Locke repeated this argument in Book IV, Chapter XVI, Section 12 of his Essay, but there he pointed out that, since the reasoning rests on the principle of analogy, the conclusion it reaches concerning the existence of angels is at best only probable, not certain. On this point, he differed from his philosophical contemporary and opponent, Gottfried Wilhelm Leibnitz, who employed similar reasoning but regarded it as establishing the conclusion with certitude.
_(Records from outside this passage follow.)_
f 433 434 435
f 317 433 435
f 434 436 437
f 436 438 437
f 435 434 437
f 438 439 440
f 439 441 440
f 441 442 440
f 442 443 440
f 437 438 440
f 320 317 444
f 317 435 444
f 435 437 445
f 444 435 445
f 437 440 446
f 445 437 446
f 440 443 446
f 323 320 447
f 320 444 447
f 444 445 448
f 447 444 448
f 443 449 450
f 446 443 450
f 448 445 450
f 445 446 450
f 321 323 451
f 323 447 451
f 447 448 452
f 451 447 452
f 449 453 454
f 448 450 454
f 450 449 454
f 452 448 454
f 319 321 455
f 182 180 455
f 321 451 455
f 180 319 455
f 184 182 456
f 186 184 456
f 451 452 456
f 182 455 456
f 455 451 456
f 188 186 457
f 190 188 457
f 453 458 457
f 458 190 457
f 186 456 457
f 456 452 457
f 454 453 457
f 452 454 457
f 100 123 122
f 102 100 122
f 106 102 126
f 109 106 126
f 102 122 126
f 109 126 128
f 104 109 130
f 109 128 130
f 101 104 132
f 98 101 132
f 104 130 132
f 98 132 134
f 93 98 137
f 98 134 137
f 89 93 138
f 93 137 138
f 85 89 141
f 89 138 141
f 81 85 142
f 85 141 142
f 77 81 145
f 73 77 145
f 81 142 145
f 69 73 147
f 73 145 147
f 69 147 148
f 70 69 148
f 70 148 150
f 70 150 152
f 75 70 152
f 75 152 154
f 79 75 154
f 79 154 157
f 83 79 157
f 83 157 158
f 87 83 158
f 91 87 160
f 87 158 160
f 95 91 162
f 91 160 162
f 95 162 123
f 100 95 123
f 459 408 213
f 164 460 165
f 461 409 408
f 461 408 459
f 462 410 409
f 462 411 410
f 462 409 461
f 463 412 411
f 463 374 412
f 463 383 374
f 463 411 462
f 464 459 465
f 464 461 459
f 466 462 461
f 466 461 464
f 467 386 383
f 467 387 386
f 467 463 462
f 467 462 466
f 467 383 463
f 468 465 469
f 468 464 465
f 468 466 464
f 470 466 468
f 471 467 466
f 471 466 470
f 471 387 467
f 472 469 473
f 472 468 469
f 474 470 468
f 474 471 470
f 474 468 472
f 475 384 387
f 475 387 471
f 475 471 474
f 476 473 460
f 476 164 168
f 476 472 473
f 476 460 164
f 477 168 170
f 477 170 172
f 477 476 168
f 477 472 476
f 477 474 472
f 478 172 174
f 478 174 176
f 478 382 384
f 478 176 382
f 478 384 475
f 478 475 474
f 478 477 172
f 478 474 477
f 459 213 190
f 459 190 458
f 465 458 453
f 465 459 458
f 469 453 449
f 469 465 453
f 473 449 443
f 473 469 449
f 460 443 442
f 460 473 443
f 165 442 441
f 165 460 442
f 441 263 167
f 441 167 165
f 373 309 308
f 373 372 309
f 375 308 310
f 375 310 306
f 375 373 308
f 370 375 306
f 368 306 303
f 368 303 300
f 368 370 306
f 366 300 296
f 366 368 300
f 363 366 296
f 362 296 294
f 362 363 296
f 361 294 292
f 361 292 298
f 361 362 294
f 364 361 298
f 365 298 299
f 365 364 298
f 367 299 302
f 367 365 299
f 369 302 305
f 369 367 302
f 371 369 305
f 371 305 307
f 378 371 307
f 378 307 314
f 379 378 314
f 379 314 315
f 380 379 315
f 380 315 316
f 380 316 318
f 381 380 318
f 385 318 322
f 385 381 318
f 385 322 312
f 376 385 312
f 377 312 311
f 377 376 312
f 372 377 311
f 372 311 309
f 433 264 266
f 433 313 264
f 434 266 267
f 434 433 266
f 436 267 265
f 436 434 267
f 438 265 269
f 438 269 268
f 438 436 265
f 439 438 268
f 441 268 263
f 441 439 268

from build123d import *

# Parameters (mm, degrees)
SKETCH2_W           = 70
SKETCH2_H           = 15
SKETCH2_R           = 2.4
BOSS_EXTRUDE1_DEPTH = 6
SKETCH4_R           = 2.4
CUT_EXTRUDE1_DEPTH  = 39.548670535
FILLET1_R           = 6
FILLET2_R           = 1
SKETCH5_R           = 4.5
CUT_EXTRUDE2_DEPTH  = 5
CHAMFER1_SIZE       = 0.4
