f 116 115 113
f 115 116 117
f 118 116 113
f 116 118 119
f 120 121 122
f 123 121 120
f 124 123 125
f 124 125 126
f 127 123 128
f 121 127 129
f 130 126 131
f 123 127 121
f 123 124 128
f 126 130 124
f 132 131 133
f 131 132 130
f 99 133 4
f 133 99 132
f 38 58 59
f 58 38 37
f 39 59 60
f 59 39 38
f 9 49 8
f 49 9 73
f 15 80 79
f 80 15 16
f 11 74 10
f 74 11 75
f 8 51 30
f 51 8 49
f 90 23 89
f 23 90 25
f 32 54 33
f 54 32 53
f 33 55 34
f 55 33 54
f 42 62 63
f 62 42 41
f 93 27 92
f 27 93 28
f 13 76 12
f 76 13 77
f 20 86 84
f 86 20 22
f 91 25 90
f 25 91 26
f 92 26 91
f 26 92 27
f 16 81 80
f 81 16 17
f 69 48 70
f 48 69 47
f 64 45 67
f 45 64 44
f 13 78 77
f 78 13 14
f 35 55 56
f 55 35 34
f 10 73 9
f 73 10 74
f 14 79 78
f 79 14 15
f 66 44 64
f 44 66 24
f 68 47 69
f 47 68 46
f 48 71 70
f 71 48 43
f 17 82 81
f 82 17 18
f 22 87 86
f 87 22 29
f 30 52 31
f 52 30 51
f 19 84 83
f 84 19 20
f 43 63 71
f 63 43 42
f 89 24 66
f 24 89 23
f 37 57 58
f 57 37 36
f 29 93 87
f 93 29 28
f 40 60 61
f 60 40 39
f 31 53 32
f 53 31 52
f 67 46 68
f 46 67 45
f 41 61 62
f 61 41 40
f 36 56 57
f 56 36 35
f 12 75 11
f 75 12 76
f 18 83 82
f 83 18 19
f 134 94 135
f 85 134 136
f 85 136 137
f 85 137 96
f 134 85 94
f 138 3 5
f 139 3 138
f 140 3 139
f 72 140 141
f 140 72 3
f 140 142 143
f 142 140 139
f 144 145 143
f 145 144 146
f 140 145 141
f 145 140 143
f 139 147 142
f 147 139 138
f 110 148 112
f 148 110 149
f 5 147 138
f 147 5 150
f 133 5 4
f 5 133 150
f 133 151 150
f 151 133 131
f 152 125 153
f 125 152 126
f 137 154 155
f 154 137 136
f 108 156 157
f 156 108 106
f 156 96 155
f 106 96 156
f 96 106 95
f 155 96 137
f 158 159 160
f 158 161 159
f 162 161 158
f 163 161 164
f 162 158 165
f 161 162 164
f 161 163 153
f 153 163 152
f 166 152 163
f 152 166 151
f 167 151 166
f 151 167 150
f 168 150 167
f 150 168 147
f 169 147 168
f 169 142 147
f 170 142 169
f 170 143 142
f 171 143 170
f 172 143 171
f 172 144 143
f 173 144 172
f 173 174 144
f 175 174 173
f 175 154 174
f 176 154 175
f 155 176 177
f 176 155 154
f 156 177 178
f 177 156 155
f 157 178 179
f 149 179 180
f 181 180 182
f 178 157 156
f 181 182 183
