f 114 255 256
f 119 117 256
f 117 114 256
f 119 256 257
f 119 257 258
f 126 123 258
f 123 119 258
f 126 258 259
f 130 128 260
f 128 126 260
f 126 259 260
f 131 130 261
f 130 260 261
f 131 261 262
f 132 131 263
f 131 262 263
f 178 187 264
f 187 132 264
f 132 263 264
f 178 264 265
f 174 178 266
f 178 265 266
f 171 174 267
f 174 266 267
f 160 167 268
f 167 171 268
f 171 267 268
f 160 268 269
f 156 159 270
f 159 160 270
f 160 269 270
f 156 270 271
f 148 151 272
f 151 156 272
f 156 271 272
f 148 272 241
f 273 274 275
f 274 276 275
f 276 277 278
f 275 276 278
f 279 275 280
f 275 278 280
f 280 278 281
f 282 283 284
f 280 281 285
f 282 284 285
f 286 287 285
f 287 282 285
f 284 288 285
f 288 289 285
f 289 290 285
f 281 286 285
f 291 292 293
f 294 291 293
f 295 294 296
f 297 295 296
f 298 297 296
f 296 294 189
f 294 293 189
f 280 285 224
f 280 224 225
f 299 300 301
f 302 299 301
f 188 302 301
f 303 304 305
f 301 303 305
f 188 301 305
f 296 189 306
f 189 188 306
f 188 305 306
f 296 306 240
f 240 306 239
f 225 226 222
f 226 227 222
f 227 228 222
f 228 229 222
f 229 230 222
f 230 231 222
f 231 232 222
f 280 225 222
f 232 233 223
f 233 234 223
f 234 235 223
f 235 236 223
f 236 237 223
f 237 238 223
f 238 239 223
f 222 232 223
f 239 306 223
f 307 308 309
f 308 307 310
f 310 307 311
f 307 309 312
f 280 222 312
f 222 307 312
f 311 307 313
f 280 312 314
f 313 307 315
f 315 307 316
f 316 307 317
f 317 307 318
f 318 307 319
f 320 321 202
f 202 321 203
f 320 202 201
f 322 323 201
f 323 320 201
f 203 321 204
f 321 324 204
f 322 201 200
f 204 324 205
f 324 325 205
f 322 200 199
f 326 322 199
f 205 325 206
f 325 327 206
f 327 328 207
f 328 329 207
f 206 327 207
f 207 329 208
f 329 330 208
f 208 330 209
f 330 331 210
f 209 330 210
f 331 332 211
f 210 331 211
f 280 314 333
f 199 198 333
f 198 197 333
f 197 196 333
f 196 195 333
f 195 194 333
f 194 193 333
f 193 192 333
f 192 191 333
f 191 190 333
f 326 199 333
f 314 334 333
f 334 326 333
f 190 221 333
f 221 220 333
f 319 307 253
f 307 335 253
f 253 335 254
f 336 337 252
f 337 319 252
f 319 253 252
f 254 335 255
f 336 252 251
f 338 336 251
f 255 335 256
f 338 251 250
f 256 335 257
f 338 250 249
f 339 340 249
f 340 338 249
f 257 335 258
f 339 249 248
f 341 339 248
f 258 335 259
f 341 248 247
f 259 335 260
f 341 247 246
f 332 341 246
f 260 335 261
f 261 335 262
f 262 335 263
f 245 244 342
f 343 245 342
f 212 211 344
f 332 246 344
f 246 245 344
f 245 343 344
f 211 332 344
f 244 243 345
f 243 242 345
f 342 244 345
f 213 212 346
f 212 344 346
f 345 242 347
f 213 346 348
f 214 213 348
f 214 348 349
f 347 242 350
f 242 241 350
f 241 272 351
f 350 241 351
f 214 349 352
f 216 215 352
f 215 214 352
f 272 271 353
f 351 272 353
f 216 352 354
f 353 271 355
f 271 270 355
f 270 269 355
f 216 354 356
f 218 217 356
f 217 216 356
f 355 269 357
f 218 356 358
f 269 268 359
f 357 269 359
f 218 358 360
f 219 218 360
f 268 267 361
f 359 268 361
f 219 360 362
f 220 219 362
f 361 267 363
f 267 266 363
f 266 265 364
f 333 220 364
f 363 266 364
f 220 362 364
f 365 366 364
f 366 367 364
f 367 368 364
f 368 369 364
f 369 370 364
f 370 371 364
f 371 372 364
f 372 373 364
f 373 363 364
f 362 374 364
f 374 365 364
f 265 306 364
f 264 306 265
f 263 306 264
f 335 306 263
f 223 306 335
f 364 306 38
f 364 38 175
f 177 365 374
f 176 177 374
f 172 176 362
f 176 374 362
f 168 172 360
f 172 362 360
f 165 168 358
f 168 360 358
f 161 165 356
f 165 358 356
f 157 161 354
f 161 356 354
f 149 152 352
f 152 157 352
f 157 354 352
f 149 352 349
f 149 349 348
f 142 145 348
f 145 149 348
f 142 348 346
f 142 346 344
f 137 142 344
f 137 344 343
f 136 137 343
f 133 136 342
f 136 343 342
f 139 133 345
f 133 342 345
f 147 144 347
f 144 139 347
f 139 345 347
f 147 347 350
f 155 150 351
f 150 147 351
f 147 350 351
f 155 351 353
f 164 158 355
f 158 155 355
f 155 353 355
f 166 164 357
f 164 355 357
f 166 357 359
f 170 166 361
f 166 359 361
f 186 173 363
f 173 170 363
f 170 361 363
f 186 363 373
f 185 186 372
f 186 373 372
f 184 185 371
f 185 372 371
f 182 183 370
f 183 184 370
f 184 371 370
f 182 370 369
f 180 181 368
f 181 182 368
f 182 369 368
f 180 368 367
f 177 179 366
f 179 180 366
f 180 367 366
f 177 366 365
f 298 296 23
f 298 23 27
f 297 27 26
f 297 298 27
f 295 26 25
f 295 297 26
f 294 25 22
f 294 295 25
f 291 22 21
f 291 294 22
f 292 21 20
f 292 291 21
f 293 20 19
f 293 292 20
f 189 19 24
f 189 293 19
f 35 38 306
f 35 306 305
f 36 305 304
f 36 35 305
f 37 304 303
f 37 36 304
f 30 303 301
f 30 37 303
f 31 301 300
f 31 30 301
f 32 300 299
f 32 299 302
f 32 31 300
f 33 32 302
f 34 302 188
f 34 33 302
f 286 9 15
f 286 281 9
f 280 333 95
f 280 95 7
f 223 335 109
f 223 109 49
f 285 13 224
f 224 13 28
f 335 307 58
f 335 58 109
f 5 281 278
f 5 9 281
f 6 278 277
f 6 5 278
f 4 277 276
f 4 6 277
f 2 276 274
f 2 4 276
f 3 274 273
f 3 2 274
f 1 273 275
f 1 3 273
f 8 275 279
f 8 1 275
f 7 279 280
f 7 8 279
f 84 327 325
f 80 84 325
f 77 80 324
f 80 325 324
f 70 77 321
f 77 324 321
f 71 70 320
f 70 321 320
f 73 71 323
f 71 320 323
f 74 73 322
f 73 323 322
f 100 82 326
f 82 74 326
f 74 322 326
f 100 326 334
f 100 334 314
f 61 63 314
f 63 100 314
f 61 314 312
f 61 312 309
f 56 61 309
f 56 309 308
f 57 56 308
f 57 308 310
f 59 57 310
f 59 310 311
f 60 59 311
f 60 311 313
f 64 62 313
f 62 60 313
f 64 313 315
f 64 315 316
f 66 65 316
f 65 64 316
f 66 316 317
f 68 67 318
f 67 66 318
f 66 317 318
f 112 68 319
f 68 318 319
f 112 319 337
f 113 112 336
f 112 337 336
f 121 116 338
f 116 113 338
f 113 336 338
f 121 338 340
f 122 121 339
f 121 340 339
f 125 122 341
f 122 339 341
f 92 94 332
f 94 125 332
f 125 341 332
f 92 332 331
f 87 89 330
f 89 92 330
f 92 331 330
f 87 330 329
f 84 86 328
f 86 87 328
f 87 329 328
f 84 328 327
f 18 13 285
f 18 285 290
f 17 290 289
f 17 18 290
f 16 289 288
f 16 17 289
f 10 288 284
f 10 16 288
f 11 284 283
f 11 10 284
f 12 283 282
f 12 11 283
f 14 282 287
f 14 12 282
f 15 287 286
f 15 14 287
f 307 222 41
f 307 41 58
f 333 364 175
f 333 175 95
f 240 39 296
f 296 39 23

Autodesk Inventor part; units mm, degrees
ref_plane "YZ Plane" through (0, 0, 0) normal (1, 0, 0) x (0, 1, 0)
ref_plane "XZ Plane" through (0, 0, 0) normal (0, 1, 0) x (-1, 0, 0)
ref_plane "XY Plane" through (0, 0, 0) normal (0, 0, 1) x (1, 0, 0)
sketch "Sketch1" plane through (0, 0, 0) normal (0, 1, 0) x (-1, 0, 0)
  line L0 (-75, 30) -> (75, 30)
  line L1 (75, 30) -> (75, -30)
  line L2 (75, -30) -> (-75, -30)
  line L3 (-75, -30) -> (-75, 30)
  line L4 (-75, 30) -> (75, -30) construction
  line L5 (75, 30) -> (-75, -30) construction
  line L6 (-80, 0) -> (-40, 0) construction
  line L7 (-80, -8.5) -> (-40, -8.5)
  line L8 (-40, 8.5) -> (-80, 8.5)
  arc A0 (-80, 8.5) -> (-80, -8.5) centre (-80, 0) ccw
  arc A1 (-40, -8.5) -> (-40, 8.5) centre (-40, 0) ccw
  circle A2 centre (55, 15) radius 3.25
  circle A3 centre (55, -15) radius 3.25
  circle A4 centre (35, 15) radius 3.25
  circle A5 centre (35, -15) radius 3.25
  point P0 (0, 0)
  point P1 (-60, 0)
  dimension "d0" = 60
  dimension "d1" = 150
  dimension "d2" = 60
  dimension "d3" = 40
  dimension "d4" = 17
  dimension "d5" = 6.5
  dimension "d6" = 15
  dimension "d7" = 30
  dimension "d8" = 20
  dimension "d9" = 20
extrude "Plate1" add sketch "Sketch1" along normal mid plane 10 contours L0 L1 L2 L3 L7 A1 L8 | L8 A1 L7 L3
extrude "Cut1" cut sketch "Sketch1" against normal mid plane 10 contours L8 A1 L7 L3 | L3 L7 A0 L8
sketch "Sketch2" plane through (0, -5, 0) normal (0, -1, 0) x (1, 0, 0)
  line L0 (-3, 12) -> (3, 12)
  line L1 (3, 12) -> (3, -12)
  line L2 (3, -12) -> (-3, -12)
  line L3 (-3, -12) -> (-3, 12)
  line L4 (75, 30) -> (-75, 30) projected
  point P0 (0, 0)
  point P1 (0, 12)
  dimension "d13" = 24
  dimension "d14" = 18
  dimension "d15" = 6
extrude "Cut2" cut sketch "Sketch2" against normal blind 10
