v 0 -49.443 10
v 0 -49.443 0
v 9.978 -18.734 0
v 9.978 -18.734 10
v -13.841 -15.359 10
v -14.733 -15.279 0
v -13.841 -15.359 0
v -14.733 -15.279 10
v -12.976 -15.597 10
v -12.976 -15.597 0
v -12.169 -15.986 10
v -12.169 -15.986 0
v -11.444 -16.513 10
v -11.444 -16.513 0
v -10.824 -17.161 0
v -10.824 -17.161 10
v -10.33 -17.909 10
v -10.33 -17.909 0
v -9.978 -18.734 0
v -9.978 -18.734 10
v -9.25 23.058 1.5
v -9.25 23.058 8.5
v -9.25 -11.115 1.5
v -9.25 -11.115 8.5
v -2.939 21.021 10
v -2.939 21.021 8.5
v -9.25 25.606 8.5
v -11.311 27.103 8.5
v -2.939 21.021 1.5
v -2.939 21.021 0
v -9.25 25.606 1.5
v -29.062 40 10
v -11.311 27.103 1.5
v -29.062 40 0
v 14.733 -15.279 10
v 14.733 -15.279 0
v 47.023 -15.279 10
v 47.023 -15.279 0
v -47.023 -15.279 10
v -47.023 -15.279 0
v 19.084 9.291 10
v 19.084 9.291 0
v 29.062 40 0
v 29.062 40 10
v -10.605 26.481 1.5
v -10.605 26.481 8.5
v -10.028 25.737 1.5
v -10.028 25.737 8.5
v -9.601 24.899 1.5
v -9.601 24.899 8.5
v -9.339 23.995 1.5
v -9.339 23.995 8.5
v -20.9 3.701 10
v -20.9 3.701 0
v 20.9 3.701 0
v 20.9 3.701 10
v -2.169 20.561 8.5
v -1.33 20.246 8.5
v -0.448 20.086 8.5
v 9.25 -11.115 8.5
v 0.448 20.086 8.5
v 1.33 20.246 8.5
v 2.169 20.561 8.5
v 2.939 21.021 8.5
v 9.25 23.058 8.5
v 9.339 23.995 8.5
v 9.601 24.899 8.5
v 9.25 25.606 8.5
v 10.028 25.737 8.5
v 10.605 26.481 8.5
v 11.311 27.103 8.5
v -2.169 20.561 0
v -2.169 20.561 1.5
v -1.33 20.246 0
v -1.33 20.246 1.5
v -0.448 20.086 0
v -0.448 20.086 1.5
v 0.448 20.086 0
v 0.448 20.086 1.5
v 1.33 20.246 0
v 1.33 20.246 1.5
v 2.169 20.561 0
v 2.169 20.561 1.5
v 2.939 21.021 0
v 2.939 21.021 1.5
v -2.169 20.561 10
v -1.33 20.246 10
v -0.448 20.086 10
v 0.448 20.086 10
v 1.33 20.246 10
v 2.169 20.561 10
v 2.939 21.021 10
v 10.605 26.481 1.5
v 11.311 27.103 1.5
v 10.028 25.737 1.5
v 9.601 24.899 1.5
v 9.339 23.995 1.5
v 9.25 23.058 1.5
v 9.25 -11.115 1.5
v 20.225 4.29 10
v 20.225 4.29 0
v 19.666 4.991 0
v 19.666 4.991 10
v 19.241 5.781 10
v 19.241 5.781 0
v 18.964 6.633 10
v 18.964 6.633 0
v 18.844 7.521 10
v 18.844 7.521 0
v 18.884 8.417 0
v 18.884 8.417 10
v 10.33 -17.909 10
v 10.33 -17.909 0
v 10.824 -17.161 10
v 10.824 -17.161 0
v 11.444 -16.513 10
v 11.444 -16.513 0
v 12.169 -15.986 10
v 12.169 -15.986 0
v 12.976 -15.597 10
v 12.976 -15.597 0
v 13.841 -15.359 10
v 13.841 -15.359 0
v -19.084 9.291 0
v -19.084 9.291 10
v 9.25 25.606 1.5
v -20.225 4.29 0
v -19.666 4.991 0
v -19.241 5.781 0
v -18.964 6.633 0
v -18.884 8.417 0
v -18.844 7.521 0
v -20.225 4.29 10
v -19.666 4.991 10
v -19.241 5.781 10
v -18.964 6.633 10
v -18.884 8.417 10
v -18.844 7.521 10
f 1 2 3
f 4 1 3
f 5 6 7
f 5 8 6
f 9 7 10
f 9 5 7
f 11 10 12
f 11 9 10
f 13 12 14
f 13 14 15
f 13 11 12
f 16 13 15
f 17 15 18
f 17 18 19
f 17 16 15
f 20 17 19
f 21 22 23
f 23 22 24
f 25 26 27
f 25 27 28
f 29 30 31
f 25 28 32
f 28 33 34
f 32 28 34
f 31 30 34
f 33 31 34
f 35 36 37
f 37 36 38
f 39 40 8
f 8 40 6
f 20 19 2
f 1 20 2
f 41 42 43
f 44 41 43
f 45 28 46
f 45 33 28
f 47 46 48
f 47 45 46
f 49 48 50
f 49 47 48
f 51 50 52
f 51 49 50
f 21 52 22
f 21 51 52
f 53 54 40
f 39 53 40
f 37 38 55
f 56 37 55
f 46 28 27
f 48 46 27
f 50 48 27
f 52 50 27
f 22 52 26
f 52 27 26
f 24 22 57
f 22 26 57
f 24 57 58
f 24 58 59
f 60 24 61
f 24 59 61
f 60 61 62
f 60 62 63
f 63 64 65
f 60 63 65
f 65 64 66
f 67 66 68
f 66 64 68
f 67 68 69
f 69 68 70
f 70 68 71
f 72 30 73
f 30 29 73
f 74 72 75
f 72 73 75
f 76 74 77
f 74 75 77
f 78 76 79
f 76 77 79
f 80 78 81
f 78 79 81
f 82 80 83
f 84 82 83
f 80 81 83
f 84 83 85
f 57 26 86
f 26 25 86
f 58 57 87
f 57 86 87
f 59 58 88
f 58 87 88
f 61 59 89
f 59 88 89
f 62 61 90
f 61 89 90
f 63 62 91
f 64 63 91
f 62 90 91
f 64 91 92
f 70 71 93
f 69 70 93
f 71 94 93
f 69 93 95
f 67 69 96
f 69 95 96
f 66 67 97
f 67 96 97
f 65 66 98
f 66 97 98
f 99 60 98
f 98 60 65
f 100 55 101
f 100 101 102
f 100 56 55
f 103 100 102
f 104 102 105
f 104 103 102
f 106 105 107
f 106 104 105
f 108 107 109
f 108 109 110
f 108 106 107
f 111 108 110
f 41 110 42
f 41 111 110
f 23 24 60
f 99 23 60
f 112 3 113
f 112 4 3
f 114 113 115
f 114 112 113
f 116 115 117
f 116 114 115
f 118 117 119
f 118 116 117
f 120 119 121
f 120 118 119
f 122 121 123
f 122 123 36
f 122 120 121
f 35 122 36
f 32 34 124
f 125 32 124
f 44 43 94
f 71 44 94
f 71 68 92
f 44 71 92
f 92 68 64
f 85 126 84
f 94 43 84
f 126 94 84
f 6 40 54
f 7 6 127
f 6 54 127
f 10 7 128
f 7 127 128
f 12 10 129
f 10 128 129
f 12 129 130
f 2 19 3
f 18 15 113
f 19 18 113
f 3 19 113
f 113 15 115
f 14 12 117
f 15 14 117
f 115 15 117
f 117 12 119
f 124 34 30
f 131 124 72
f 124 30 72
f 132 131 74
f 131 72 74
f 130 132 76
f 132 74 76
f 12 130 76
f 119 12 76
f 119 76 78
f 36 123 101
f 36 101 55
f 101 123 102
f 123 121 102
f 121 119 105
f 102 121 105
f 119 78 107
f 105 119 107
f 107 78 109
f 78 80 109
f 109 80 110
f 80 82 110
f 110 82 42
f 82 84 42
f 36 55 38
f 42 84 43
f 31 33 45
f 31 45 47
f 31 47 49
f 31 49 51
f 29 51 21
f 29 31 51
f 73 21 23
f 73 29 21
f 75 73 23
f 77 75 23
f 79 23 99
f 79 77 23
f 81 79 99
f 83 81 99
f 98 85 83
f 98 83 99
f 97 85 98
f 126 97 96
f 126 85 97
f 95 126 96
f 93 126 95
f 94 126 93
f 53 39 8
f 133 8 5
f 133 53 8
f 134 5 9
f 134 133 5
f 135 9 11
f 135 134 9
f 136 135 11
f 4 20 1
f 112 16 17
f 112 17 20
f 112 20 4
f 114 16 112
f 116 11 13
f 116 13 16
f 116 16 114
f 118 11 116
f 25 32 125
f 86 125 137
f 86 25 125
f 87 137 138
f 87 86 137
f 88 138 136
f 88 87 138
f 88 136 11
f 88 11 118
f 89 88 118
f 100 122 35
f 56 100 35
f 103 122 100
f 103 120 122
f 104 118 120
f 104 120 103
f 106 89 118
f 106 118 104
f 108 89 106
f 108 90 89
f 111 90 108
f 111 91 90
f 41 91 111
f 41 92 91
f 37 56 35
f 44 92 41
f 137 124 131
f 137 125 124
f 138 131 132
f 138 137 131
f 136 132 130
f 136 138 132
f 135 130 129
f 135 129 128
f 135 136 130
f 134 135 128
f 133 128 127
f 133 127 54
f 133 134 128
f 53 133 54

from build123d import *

# Parameters (mm, degrees)
F1_DEPTH = 10
F3_START = -1.5
F3_DEPTH = 7
F4_R     = 5


with BuildPart() as f1:
    # F0 (on Top) → F1 (new body)
    with BuildSketch(Plane.XY):
        Polygon((0, 18.8854382), (-29.0617011202, 40), (-17.9611190632, 5.83592135), align=None)
        Polygon((17.9611190632, 5.83592135), (29.0617011202, 40), (0, 18.8854382), align=None)
        Polygon((0, 18.8854382), (-17.9611190632, 5.83592135), (-11.100582057, -15.27864045), (11.100582057, -15.27864045), (17.9611190632, 5.83592135), align=None)
        Polygon((11.100582057, -15.27864045), (47.0228201834, -15.27864045), (17.9611190632, 5.83592135), align=None)
        Polygon((-11.100582057, -15.27864045), (0, -49.4427191), (11.100582057, -15.27864045), align=None)
        Polygon((-17.9611190632, 5.83592135), (-47.0228201834, -15.27864045), (-11.100582057, -15.27864045), align=None)
    extrude(amount=F1_DEPTH)

    # F2 (on face) → F3 (cut)
    with BuildSketch(Plane.XY.offset(10).offset(F3_START)):
        Polygon((-9.25, -11.1145618), (0, -11.1145618), (9.25, -11.1145618), (9.25, 25.605956584), (0, 18.8854382), (-9.25, 25.605956584), align=None)
    extrude(amount=-F3_DEPTH, mode=Mode.SUBTRACT)

    # F4
    f4_edges = [f1.edges().sort_by_distance(p)[0] for p in [
        (-17.961119, 5.835921, 5),
        (-11.100582, -15.27864, 5),
        (11.100582, -15.27864, 5),
        (17.961119, 5.835921, 5),
        (0, 18.885438, 9.25),
        (0, 18.885438, 0.75),
        (9.25, 25.605957, 5),
        (-9.25, 25.605957, 5),
    ]]
    fillet(f4_edges, radius=F4_R)


solid = f1.part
In the same century, Sir Thomas Browne, in his Religio Medici, expressed wonder that “so many learned heads should so far forget their metaphysics, and destroy the ladder and scale of creatures, as to question the existence of spirits.” This line of thought generally prevailed in the following century, too, and not exclusively in philosophical circles, though undoubtedly under the influence of John Locke.
The essayist Joseph Addison wrote, in one of his occasional papers, that
if the notion of a gradual rise in beings from the meanest to the most high be not a vain imagination, it is not improbable that an angel looks down upon a man, as a man doth upon a creature which approaches the nearest to the rational nature.
The poet Alexander Pope, in his Essay on Man, exclaimed:
Vast chain of being! which from God began, Natures aethereal, human, angel, man, Beast, bird, fish, insect, what no eye can see, No glass can reach.
And a great American statesman, John Adams, echoed Pope, maintaining that “Nature, which has established a chain of being and a universal order in the universe, descending from angels to microscopic animalcules, has ordained that no two objects shall be perfectly alike and no two creatures perfectly equal.”